With the traditional Ozzer cultural downtime for the Christmas and New Year combined with Summer school holidays it means my home alone time has come to an end. I had 2017 off and spent almost all my time—apart from going to therapy—home alone. So during the day I was free to be me and that included angry singing.I was angry singing to "Sabotage" when theboy opened the door of the shed and looked in, worry writ across his face.He thought I'd cooked off into an angry emotional PTSD-fuelled state and was doing shed-based ranting because that's what it sounded like outside because my voice was louder and the music muted; it just sounded like furious speechifying. I'd tripped him into a pre-flight fight response which my family has because of my condition; if I am in a "outside reason" state then it's frightening and distressing to see. I told him what I was doing but he still walked away worried because his brain and body had been put into a trigger state by what appeared to be daddy having one of his attacks. He would then have either tried to calm me or get his phone and called mum for help.I'm no longer home alone so I have to curb that habit; angry singing may make me feel good in the moment but it heightens my emotions for a potential trigger latter that day and now it impacts on others.
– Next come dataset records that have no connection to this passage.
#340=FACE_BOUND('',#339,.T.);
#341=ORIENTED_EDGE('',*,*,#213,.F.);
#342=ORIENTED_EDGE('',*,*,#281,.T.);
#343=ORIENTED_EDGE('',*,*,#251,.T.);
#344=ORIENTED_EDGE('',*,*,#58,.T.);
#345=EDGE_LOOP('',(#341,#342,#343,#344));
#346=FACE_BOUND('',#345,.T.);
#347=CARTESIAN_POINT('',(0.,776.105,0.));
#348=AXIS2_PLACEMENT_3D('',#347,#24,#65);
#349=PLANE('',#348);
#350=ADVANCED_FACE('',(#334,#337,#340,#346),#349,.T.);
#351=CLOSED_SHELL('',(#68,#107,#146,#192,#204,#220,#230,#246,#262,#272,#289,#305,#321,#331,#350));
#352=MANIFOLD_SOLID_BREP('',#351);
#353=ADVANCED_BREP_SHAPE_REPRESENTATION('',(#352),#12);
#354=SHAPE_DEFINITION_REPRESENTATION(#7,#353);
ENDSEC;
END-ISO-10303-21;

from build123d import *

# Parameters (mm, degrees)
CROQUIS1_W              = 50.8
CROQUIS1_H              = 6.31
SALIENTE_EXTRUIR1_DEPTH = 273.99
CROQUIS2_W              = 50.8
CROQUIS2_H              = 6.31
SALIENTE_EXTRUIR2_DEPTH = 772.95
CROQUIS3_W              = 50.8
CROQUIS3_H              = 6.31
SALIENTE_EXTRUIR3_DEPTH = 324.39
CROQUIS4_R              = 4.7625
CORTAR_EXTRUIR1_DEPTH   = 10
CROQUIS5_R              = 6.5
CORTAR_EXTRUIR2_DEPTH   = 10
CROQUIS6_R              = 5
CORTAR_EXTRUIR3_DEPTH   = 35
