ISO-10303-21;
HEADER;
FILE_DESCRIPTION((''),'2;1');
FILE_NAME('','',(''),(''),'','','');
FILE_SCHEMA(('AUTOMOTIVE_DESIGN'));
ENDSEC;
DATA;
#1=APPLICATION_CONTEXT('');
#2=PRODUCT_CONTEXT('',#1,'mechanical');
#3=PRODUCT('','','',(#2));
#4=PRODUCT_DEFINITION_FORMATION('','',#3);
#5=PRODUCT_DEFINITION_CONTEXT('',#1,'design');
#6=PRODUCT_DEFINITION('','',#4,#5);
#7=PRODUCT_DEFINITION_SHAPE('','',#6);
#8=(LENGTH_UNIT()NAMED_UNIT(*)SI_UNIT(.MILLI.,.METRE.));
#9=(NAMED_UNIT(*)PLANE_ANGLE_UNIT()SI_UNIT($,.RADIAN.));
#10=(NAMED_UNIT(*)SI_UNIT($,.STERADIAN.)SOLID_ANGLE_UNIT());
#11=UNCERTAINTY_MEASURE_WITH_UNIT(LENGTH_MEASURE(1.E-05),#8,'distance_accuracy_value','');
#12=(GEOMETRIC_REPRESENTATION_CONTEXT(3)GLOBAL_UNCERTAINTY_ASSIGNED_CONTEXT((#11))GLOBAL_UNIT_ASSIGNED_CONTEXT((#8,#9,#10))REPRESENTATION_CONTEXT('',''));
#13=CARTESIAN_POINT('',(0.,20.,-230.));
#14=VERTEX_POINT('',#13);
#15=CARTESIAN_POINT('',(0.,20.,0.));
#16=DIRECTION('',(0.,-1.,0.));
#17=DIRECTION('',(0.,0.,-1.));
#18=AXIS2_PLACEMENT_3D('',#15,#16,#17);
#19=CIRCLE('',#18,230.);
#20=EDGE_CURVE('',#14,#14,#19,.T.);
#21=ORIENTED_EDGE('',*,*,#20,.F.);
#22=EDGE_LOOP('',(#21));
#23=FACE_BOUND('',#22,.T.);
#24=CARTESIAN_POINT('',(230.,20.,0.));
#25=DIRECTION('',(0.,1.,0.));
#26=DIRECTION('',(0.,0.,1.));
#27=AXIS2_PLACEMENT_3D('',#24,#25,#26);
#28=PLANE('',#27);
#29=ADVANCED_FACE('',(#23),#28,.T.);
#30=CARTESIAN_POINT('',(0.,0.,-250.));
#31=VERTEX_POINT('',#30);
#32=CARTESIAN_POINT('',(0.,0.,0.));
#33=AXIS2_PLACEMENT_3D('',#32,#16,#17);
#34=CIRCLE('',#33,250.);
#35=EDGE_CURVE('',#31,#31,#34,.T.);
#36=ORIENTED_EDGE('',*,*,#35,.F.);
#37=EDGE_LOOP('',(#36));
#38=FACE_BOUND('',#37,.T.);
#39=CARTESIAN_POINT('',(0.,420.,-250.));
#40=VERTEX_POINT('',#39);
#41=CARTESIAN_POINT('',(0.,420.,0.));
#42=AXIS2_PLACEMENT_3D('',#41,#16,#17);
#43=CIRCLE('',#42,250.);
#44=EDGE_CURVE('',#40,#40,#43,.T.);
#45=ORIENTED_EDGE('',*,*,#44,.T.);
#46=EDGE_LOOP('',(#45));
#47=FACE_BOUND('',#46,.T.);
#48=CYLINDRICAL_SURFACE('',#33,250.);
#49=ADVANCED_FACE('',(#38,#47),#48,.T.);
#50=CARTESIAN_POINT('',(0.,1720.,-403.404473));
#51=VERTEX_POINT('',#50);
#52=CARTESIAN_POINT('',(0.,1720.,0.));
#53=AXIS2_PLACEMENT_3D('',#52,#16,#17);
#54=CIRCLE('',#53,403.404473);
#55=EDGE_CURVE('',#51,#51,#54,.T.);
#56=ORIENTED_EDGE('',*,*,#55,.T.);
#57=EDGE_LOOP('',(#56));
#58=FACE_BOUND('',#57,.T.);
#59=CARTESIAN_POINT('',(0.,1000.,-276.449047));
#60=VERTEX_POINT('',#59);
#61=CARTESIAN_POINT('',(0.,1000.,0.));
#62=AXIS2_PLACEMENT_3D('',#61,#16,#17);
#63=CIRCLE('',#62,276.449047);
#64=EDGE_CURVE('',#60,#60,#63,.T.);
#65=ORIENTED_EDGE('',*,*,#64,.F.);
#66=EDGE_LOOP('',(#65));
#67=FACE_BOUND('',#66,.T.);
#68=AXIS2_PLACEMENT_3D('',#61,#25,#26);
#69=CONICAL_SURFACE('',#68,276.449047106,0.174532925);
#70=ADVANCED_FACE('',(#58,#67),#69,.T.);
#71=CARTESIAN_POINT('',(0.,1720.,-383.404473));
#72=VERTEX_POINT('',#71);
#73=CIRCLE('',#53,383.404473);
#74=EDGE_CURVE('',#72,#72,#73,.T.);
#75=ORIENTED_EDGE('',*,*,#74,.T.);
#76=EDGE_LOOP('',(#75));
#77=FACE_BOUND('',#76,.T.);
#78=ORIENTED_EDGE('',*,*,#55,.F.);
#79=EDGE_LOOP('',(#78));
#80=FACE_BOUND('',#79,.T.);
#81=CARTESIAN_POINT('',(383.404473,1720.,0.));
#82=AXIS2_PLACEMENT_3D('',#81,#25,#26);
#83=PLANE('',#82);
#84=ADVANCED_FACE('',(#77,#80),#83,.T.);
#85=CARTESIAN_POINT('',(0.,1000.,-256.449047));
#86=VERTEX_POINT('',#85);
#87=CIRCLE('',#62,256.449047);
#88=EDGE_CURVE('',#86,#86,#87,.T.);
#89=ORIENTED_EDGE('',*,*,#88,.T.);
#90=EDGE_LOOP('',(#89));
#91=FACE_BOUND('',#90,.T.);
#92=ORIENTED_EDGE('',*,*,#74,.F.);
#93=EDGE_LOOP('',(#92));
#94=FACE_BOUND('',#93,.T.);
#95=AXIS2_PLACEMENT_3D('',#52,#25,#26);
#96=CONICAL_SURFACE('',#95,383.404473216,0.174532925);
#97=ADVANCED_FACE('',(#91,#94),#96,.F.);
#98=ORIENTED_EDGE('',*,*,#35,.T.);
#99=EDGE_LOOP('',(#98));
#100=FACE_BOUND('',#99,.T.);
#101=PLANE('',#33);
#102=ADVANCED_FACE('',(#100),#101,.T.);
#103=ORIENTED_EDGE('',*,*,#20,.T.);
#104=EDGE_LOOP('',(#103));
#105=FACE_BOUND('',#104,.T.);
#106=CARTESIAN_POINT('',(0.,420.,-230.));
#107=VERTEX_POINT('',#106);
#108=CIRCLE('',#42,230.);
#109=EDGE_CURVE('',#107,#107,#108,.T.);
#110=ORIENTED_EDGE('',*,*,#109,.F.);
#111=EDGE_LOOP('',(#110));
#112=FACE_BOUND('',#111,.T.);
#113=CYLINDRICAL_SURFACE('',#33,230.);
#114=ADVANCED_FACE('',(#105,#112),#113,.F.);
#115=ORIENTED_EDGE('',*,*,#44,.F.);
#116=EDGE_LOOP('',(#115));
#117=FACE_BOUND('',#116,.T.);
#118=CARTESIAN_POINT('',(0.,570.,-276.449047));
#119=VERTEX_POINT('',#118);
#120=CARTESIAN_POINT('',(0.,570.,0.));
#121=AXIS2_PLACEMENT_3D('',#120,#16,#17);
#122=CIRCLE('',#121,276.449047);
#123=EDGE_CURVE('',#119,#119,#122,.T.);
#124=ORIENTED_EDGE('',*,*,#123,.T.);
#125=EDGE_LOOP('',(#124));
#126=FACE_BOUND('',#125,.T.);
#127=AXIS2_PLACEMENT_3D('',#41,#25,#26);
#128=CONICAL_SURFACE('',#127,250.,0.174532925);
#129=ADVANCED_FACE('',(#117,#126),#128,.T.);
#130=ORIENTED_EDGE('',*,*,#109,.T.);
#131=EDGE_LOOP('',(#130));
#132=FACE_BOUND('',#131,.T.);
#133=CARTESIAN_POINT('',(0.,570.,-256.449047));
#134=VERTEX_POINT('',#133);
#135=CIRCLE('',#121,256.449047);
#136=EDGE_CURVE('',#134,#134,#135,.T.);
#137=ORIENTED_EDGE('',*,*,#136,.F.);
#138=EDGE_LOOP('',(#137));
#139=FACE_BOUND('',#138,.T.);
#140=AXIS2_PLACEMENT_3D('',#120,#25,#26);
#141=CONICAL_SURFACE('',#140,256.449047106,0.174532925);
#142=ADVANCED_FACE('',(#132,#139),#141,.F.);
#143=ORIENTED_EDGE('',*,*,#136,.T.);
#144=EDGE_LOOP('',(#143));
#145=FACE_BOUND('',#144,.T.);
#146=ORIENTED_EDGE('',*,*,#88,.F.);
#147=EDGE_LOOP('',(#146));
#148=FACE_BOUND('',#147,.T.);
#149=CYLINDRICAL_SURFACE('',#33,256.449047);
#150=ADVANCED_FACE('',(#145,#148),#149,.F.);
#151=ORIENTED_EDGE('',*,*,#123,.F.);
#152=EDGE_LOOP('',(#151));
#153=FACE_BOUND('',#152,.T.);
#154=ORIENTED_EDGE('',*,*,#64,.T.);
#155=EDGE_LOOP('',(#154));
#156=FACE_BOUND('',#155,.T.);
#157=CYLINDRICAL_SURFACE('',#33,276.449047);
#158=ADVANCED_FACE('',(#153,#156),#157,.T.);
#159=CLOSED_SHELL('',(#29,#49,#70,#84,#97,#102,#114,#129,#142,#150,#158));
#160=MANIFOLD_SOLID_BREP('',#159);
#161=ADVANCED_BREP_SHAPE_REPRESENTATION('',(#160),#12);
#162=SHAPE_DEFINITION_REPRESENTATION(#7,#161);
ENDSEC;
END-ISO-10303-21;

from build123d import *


with BuildPart() as part:
    # 草图1 → 旋转1 (revolve)
    with BuildSketch(Plane.XY, mode=Mode.PRIVATE) as revolve_1_sk:
        Polygon((0, 0), (250, 0), (250, 420), (276.449047106, 570), (276.449047106, 1000), (403.404473216, 1720), (383.404473216, 1720), (256.449047106, 1000), (256.449047106, 570), (230, 420), (230, 20), (0, 20), align=None)
    revolve(revolve_1_sk.sketch.rotate(Axis((0, 0, 0), (0, 1, 0)), 90), axis=Axis((0, 0, 0), (0, 1, 0)))


solid = part.part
I feel great when I do it; it sounds scary as fuck to them when I do.This year was a blessing; just being at home and in treatment. But I baked in some bad habits—I had an angry shout ride on the BYB yesterday—in the time away and now I'm not home alone I have to actively stop them. To see the look of frightened worry etched deep into your child's face because they fear you've gone over to the dark side of angry non-reason is deeply confronting. PTSD is contagious; the people around you the most know your triggers and they go into a heightened state when one happens because they're worried you're going to cook off.And even when you're not, if you sound like you are then they rightly think you are as well. I'm not home alone and the merry season is upon us. In the spirit of the season I'll go positive. Because I'm in company now, the company I most love, and it's a horror seeing your son open your door to check to see if  you've gone insane so he can then deal with the getting his father through it if he has.